### [Task statement]
Where the string "amount" occurs in a line of the entries below, copy that line.

### [Records shown]
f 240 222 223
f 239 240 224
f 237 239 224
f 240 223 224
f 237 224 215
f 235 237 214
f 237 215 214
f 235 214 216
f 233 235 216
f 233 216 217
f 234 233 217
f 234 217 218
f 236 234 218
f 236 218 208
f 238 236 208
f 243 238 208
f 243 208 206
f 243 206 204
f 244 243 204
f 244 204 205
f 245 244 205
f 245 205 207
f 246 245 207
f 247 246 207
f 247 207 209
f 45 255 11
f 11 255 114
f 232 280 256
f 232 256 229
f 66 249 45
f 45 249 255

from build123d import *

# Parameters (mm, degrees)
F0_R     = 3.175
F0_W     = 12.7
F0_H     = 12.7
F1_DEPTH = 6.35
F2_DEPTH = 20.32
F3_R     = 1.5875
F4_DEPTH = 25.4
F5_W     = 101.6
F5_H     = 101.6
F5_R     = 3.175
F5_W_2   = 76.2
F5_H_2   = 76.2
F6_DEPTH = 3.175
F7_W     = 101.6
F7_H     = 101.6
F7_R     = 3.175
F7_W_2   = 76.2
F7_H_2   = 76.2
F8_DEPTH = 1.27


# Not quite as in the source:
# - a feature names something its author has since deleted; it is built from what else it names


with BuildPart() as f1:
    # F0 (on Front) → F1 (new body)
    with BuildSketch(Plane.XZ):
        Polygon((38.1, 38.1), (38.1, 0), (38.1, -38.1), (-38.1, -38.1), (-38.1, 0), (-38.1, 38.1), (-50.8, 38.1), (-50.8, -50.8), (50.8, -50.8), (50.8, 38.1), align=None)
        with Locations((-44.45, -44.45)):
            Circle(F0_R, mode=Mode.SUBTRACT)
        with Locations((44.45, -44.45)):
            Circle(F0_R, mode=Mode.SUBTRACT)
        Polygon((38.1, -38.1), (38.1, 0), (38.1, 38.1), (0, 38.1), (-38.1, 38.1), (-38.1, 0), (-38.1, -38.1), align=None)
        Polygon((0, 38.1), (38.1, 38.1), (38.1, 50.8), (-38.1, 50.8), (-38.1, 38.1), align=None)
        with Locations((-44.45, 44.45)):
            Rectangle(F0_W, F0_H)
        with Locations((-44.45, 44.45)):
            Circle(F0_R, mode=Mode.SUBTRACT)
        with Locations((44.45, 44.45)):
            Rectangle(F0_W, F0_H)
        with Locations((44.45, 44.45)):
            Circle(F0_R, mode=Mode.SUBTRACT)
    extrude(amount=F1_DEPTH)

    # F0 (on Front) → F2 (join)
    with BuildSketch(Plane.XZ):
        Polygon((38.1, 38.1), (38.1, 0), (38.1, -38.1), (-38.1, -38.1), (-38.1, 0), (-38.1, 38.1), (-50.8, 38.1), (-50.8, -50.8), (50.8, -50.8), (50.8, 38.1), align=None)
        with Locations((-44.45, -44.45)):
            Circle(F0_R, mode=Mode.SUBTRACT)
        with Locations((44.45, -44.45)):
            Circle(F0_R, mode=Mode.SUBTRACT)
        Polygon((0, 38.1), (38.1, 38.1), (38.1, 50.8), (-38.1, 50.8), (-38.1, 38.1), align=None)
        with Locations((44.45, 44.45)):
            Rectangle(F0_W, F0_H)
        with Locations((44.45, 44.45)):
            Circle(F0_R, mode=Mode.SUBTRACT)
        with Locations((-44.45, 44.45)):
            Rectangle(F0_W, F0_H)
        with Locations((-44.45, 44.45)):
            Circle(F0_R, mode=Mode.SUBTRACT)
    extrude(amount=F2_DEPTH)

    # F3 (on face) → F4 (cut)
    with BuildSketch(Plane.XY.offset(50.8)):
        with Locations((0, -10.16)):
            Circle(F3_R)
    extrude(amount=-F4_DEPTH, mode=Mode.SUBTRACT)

### [Response to this exercise]
    extrude(amount=F1_DEPTH)
    extrude(amount=F2_DEPTH)
    extrude(amount=-F4_DEPTH, mode=Mode.SUBTRACT)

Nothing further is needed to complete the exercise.